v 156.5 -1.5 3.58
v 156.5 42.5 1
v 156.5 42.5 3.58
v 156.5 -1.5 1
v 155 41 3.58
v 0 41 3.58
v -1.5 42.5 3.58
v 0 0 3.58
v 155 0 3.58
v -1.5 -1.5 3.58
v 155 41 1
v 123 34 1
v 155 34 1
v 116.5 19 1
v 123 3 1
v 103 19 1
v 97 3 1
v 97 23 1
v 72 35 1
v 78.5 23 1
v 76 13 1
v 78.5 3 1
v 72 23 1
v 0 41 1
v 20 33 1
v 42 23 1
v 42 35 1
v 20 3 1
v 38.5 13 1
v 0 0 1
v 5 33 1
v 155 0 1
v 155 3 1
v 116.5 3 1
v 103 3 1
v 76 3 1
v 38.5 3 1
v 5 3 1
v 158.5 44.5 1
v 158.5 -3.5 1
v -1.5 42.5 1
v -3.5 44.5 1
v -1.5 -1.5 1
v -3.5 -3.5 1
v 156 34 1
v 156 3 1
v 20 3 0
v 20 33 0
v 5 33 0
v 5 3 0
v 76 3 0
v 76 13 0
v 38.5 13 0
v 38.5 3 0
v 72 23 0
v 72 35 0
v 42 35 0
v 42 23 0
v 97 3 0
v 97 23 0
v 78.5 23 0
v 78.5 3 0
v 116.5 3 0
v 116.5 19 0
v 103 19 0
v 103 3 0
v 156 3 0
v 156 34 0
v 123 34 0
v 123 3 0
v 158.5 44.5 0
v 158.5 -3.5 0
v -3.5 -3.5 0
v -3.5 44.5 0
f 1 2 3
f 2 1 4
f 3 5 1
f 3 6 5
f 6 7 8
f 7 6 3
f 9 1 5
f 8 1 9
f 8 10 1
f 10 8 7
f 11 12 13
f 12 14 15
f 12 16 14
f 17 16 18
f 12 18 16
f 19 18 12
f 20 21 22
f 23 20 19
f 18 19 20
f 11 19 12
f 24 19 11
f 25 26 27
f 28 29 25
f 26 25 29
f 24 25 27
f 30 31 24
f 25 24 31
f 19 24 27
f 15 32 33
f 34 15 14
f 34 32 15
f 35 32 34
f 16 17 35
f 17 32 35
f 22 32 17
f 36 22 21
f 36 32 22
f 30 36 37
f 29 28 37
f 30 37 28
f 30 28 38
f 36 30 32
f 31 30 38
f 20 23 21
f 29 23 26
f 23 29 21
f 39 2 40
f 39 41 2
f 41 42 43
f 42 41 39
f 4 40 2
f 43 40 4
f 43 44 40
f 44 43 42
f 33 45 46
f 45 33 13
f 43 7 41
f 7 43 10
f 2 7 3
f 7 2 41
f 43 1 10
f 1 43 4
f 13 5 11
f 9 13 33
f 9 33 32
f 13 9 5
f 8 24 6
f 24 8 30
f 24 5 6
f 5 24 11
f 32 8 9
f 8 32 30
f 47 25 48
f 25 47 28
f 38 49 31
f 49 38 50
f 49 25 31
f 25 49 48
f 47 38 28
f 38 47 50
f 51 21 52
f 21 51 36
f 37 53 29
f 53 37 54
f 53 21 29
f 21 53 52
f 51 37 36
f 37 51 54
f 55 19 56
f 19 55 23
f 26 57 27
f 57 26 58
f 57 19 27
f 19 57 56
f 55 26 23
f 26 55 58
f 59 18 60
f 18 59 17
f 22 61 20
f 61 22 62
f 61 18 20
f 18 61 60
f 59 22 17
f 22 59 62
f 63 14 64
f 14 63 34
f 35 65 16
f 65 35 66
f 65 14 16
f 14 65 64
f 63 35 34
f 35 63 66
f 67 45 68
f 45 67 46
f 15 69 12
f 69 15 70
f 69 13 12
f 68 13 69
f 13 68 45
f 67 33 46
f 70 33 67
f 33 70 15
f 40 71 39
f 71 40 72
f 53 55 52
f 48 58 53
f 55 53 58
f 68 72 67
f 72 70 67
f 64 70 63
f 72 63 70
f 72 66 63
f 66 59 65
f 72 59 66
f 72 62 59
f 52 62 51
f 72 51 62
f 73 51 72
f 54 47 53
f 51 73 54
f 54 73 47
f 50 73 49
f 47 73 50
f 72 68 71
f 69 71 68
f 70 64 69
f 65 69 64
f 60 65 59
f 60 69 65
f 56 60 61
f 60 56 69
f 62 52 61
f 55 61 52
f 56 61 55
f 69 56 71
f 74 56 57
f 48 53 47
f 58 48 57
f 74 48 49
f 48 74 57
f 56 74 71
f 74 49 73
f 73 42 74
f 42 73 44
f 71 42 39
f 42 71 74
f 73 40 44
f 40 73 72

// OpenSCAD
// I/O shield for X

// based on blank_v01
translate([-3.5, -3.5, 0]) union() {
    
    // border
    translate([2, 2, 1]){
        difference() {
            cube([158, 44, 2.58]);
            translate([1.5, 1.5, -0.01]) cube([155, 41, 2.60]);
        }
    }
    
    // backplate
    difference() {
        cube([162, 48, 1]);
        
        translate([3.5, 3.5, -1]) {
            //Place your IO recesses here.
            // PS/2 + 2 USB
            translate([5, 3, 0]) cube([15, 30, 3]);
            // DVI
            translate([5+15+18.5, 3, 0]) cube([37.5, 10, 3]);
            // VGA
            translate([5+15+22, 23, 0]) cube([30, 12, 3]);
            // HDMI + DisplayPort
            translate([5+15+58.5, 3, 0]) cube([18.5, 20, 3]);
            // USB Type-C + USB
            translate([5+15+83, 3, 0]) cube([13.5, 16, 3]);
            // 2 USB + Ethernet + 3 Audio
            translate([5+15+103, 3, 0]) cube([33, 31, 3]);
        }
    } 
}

- EXERCISE DETAILS -
The whole of the data is to be copied out word for word.

- REPLY -
v 156.5 -1.5 3.58
v 156.5 42.5 1
v 156.5 42.5 3.58
v 156.5 -1.5 1
v 155 41 3.58
v 0 41 3.58
v -1.5 42.5 3.58
v 0 0 3.58
v 155 0 3.58
v -1.5 -1.5 3.58
v 155 41 1
v 123 34 1
v 155 34 1
v 116.5 19 1
v 123 3 1
v 103 19 1
v 97 3 1
v 97 23 1
v 72 35 1
v 78.5 23 1
v 76 13 1
v 78.5 3 1
v 72 23 1
v 0 41 1
v 20 33 1
v 42 23 1
v 42 35 1
v 20 3 1
v 38.5 13 1
v 0 0 1
v 5 33 1
v 155 0 1
v 155 3 1
v 116.5 3 1
v 103 3 1
v 76 3 1
v 38.5 3 1
v 5 3 1
v 158.5 44.5 1
v 158.5 -3.5 1
v -1.5 42.5 1
v -3.5 44.5 1
v -1.5 -1.5 1
v -3.5 -3.5 1
v 156 34 1
v 156 3 1
v 20 3 0
v 20 33 0
v 5 33 0
v 5 3 0
v 76 3 0
v 76 13 0
v 38.5 13 0
v 38.5 3 0
v 72 23 0
v 72 35 0
v 42 35 0
v 42 23 0
v 97 3 0
v 97 23 0
v 78.5 23 0
v 78.5 3 0
v 116.5 3 0
v 116.5 19 0
v 103 19 0
v 103 3 0
v 156 3 0
v 156 34 0
v 123 34 0
v 123 3 0
v 158.5 44.5 0
v 158.5 -3.5 0
v -3.5 -3.5 0
v -3.5 44.5 0
f 1 2 3
f 2 1 4
f 3 5 1
f 3 6 5
f 6 7 8
f 7 6 3
f 9 1 5
f 8 1 9
f 8 10 1
f 10 8 7
f 11 12 13
f 12 14 15
f 12 16 14
f 17 16 18
f 12 18 16
f 19 18 12
f 20 21 22
f 23 20 19
f 18 19 20
f 11 19 12
f 24 19 11
f 25 26 27
f 28 29 25
f 26 25 29
f 24 25 27
f 30 31 24
f 25 24 31
f 19 24 27
f 15 32 33
f 34 15 14
f 34 32 15
f 35 32 34
f 16 17 35
f 17 32 35
f 22 32 17
f 36 22 21
f 36 32 22
f 30 36 37
f 29 28 37
f 30 37 28
f 30 28 38
f 36 30 32
f 31 30 38
f 20 23 21
f 29 23 26
f 23 29 21
f 39 2 40
f 39 41 2
f 41 42 43
f 42 41 39
f 4 40 2
f 43 40 4
f 43 44 40
f 44 43 42
f 33 45 46
f 45 33 13
f 43 7 41
f 7 43 10
f 2 7 3
f 7 2 41
f 43 1 10
f 1 43 4
f 13 5 11
f 9 13 33
f 9 33 32
f 13 9 5
f 8 24 6
f 24 8 30
f 24 5 6
f 5 24 11
f 32 8 9
f 8 32 30
f 47 25 48
f 25 47 28
f 38 49 31
f 49 38 50
f 49 25 31
f 25 49 48
f 47 38 28
f 38 47 50
f 51 21 52
f 21 51 36
f 37 53 29
f 53 37 54
f 53 21 29
f 21 53 52
f 51 37 36
f 37 51 54
f 55 19 56
f 19 55 23
f 26 57 27
f 57 26 58
f 57 19 27
f 19 57 56
f 55 26 23
f 26 55 58
f 59 18 60
f 18 59 17
f 22 61 20
f 61 22 62
f 61 18 20
f 18 61 60
f 59 22 17
f 22 59 62
f 63 14 64
f 14 63 34
f 35 65 16
f 65 35 66
f 65 14 16
f 14 65 64
f 63 35 34
f 35 63 66
f 67 45 68
f 45 67 46
f 15 69 12
f 69 15 70
f 69 13 12
f 68 13 69
f 13 68 45
f 67 33 46
f 70 33 67
f 33 70 15
f 40 71 39
f 71 40 72
f 53 55 52
f 48 58 53
f 55 53 58
f 68 72 67
f 72 70 67
f 64 70 63
f 72 63 70
f 72 66 63
f 66 59 65
f 72 59 66
f 72 62 59
f 52 62 51
f 72 51 62
f 73 51 72
f 54 47 53
f 51 73 54
f 54 73 47
f 50 73 49
f 47 73 50
f 72 68 71
f 69 71 68
f 70 64 69
f 65 69 64
f 60 65 59
f 60 69 65
f 56 60 61
f 60 56 69
f 62 52 61
f 55 61 52
f 56 61 55
f 69 56 71
f 74 56 57
f 48 53 47
f 58 48 57
f 74 48 49
f 48 74 57
f 56 74 71
f 74 49 73
f 73 42 74
f 42 73 44
f 71 42 39
f 42 71 74
f 73 40 44
f 40 73 72

// OpenSCAD
// I/O shield for X

// based on blank_v01
translate([-3.5, -3.5, 0]) union() {
    
    // border
    translate([2, 2, 1]){
        difference() {
            cube([158, 44, 2.58]);
            translate([1.5, 1.5, -0.01]) cube([155, 41, 2.60]);
        }
    }
    
    // backplate
    difference() {
        cube([162, 48, 1]);
        
        translate([3.5, 3.5, -1]) {
            //Place your IO recesses here.
            // PS/2 + 2 USB
            translate([5, 3, 0]) cube([15, 30, 3]);
            // DVI
            translate([5+15+18.5, 3, 0]) cube([37.5, 10, 3]);
            // VGA
            translate([5+15+22, 23, 0]) cube([30, 12, 3]);
            // HDMI + DisplayPort
            translate([5+15+58.5, 3, 0]) cube([18.5, 20, 3]);
            // USB Type-C + USB
            translate([5+15+83, 3, 0]) cube([13.5, 16, 3]);
            // 2 USB + Ethernet + 3 Audio
            translate([5+15+103, 3, 0]) cube([33, 31, 3]);
        }
    } 
}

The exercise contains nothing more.